** DATA SHOWN follows **

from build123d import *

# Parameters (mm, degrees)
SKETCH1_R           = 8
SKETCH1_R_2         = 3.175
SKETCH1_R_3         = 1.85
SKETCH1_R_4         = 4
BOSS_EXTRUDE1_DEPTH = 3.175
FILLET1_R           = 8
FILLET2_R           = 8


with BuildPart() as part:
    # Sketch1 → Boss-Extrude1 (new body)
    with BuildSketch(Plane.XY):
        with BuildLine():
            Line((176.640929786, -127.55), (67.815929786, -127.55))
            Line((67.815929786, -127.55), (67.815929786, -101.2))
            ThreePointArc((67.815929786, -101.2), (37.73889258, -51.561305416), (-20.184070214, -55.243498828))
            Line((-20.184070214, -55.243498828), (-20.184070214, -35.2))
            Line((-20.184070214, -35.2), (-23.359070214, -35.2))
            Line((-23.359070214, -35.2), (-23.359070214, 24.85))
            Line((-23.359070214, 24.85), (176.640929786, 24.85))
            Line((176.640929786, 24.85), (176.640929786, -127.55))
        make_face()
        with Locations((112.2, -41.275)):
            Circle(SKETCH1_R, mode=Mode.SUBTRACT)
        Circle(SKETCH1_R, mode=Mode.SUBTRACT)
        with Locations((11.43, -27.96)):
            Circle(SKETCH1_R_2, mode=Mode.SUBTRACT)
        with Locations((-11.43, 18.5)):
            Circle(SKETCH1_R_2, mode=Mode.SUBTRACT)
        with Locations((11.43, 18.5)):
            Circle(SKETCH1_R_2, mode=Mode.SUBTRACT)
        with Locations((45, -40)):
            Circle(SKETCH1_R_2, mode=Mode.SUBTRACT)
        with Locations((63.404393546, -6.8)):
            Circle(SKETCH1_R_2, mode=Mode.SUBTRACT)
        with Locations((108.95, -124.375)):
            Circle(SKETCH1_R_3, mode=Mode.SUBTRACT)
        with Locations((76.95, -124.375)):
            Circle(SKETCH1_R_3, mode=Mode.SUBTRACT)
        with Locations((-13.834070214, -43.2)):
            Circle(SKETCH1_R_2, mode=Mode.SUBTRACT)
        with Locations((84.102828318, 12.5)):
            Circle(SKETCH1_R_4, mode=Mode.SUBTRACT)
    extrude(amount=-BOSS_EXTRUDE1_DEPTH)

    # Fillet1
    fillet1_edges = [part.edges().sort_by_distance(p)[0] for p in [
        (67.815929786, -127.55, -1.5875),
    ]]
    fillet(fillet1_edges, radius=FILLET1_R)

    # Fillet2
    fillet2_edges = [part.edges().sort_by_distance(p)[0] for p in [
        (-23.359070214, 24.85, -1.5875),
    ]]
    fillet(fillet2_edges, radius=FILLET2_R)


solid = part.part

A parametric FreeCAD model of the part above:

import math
import FreeCAD as App
import Part
import Sketcher
from FreeCAD import Vector
Q = App.Units.Quantity


def edges_at(feature, points):
    """Names of the edges that pass closest to the given points."""
    edges = feature.Shape.Edges
    near = lambda p: min(range(len(edges)), key=lambda i: edges[i].distToShape(Part.Vertex(*p))[0])
    return sorted({f"Edge{near(p) + 1}" for p in points})

doc = App.newDocument("Part")
params = doc.addObject("Spreadsheet::Sheet", "Params")
for row, (alias, value) in enumerate([
    ("sketch1_diameter", "16 mm"),
    ("sketch1_diameter2", "8 mm"),
    ("sketch1_radius", "56 mm"),
    ("sketch1_diameter3", "3.7 mm"),
    ("sketch1_diameter4", "6.35 mm"),
    ("pad1_length", "3.175 mm"),
    ("fillet_radius", "8 mm"),
    ("fillet2_radius", "8 mm"),
], start=1):
    params.set(f"A{row}", alias)
    params.set(f"B{row}", "=" + value)
    params.setAlias(f"B{row}", alias)

body = doc.addObject("PartDesign::Body", "Body")

# Sketch on XY plane
sketch1 = body.newObject("Sketcher::SketchObject", "Sketch")
sketch1.AttachmentSupport = (doc.getObject("XY_Plane"), [""])
sketch1.MapMode = "FlatFace"
sketch1.addGeometry([
    Part.LineSegment(Vector(67.81593, -127.55, 0), Vector(176.64093, -127.55, 0)),  # 0
    Part.LineSegment(Vector(176.64093, -127.55, 0), Vector(176.64093, 24.85, 0)),  # 1
    Part.LineSegment(Vector(176.64093, 24.85, 0), Vector(-23.35907, 24.85, 0)),  # 2
    Part.LineSegment(Vector(-23.35907, 24.85, 0), Vector(-23.35907, -35.2, 0)),  # 3
    Part.LineSegment(Vector(-23.35907, -35.2, 0), Vector(-20.18407, -35.2, 0)),  # 4
    Part.LineSegment(Vector(-20.18407, -35.2, 0), Vector(-20.18407, -55.243499, 0)),  # 5
    Part.ArcOfCircle(Part.Circle(Vector(11.81593, -101.2, 0), Vector(0, 0, 1), 56), math.radians(0), math.radians(124.849905)),  # 6
    Part.LineSegment(Vector(67.81593, -101.2, 0), Vector(67.81593, -127.55, 0)),  # 7
    Part.Circle(Vector(108.95, -124.375, 0), Vector(0, 0, 1), 1.85),  # 8
    Part.Circle(Vector(76.95, -124.375, 0), Vector(0, 0, 1), 1.85),  # 9
    Part.Circle(Vector(112.2, -41.275, 0), Vector(0, 0, 1), 8),  # 10
    Part.Circle(Vector(63.404394, -6.8, 0), Vector(0, 0, 1), 3.175),  # 11
    Part.Circle(Vector(84.102828, 12.5, 0), Vector(0, 0, 1), 4),  # 12
    Part.Circle(Vector(45, -40, 0), Vector(0, 0, 1), 3.175),  # 13
    Part.Circle(Vector(-13.83407, -43.2, 0), Vector(0, 0, 1), 3.175),  # 14
    Part.Circle(Vector(11.43, -27.96, 0), Vector(0, 0, 1), 3.175),  # 15
    Part.Circle(Vector(0, 0, 0), Vector(0, 0, 1), 8),  # 16
    Part.Circle(Vector(11.43, 18.5, 0), Vector(0, 0, 1), 3.175),  # 17
    Part.Circle(Vector(-11.43, 18.5, 0), Vector(0, 0, 1), 3.175),  # 18
], False)
sketch1.addConstraint([
    Sketcher.Constraint("Coincident", 0, 2, 1, 1),
    Sketcher.Constraint("Coincident", 1, 2, 2, 1),
    Sketcher.Constraint("Coincident", 2, 2, 3, 1),
    Sketcher.Constraint("Coincident", 3, 2, 4, 1),
    Sketcher.Constraint("Coincident", 4, 2, 5, 1),
    Sketcher.Constraint("Coincident", 5, 2, 6, 2),
    Sketcher.Constraint("Tangent", 6, 1, 7, 1),
    Sketcher.Constraint("Coincident", 7, 2, 0, 1),
    Sketcher.Constraint("Horizontal", 0),
    Sketcher.Constraint("Vertical", 1),
    Sketcher.Constraint("Horizontal", 2),
    Sketcher.Constraint("Vertical", 3),
    Sketcher.Constraint("Horizontal", 4),
    Sketcher.Constraint("Vertical", 5),
    Sketcher.Constraint("Vertical", 7),
    Sketcher.Constraint("Coincident", 16, 3, -1, 1),
    Sketcher.Constraint("Equal", 8, 9),
    Sketcher.Constraint("Equal", 11, 13),
    Sketcher.Constraint("Equal", 13, 14),
    Sketcher.Constraint("Equal", 14, 15),
    Sketcher.Constraint("Equal", 10, 16),
    Sketcher.Constraint("Equal", 15, 17),
    Sketcher.Constraint("Equal", 17, 18),
    Sketcher.Constraint("Symmetric", 17, 3, 18, 3, -2),
    Sketcher.Constraint("Horizontal", 8, 3, 9, 3),
    Sketcher.Constraint("Vertical", 15, 3, 17, 3),
    Sketcher.Constraint("Diameter", 10, Q("16 mm")),
    Sketcher.Constraint("Diameter", 12, Q("8 mm")),
    Sketcher.Constraint("Radius", 6, Q("56 mm")),
    Sketcher.Constraint("Diameter", 8, Q("3.7 mm")),
    Sketcher.Constraint("Diameter", 11, Q("6.35 mm")),
    Sketcher.Constraint("DistanceX", 2, 2, 2, 1, Q("200 mm")),
    Sketcher.Constraint("DistanceY", 1, 1, 1, 2, Q("152.4 mm")),
    Sketcher.Constraint("DistanceX", -1, 1, 13, 3, Q("45 mm")),
    Sketcher.Constraint("DistanceY", 13, 3, -1, 1, Q("40 mm")),
    Sketcher.Constraint("DistanceX", 9, 3, 8, 3, Q("32 mm")),
    Sketcher.Constraint("DistanceY", 6, 3, 14, 3, Q("58 mm")),
    Sketcher.Constraint("DistanceY", 14, 3, 3, 2, Q("8 mm")),
    Sketcher.Constraint("DistanceX", 5, 2, 6, 3, Q("32 mm")),
    Sketcher.Constraint("DistanceY", 3, 2, 3, 1, Q("60.05 mm")),
    Sketcher.Constraint("DistanceY", 6, 3, -1, 1, Q("101.2 mm")),
    Sketcher.Constraint("DistanceX", -1, 1, 10, 3, Q("112.2 mm")),
    Sketcher.Constraint("DistanceY", 11, 3, -1, 1, Q("6.8 mm")),
    Sketcher.Constraint("DistanceY", -1, 1, 12, 3, Q("12.5 mm")),
    Sketcher.Constraint("DistanceY", -1, 1, 17, 3, Q("18.5 mm")),
    Sketcher.Constraint("DistanceY", 8, 3, 10, 3, Q("83.1 mm")),
    Sketcher.Constraint("DistanceX", 0, 1, 0, 2, Q("108.825 mm")),
    Sketcher.Constraint("DistanceX", -1, 1, 8, 3, Q("108.95 mm")),
    Sketcher.Constraint("DistanceX", -1, 1, 15, 3, Q("11.43 mm")),
    Sketcher.Constraint("DistanceY", 15, 3, -1, 1, Q("27.96 mm")),
    Sketcher.Constraint("DistanceX", 14, 3, 6, 3, Q("25.65 mm")),
    Sketcher.Constraint("DistanceY", 8, 3, -1, 1, Q("124.375 mm")),
    Sketcher.Constraint("DistanceX", 6, 3, 12, 3, Q("72.286899 mm")),
    Sketcher.Constraint("DistanceX", -1, 1, 6, 3, Q("11.81593 mm")),
    Sketcher.Constraint("DistanceX", -1, 1, 11, 3, Q("63.404394 mm")),
])
sketch1.setExpression("Constraints[26]", "Params.sketch1_diameter")
sketch1.setExpression("Constraints[27]", "Params.sketch1_diameter2")
sketch1.setExpression("Constraints[28]", "Params.sketch1_radius")
sketch1.setExpression("Constraints[29]", "Params.sketch1_diameter3")
sketch1.setExpression("Constraints[30]", "Params.sketch1_diameter4")
pad1 = body.newObject("PartDesign::Pad", "Pad")
pad1.Profile = sketch1
pad1.setExpression("Length", "Params.pad1_length")
pad1.Reversed = True
doc.recompute()

fillet = body.newObject("PartDesign::Fillet", "Fillet")
fillet.Base = (pad1, edges_at(pad1, [(67.816, -127.55, -1.587)]))
fillet.setExpression("Radius", "Params.fillet_radius")
doc.recompute()

fillet2 = body.newObject("PartDesign::Fillet", "Fillet001")
fillet2.Base = (fillet, edges_at(fillet, [(-23.359, 24.85, -1.587)]))
fillet2.setExpression("Radius", "Params.fillet2_radius")

doc.recompute()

** End of DATA SHOWN **

WORK TASK:
Among the lines of the listing above, which ones contain the word "Locations"? Show them.

EXERCISE OUTPUT:
        with Locations((112.2, -41.275)):
        with Locations((11.43, -27.96)):
        with Locations((-11.43, 18.5)):
        with Locations((11.43, 18.5)):
        with Locations((45, -40)):
        with Locations((63.404393546, -6.8)):
        with Locations((108.95, -124.375)):
        with Locations((76.95, -124.375)):
        with Locations((-13.834070214, -43.2)):
        with Locations((84.102828318, 12.5)):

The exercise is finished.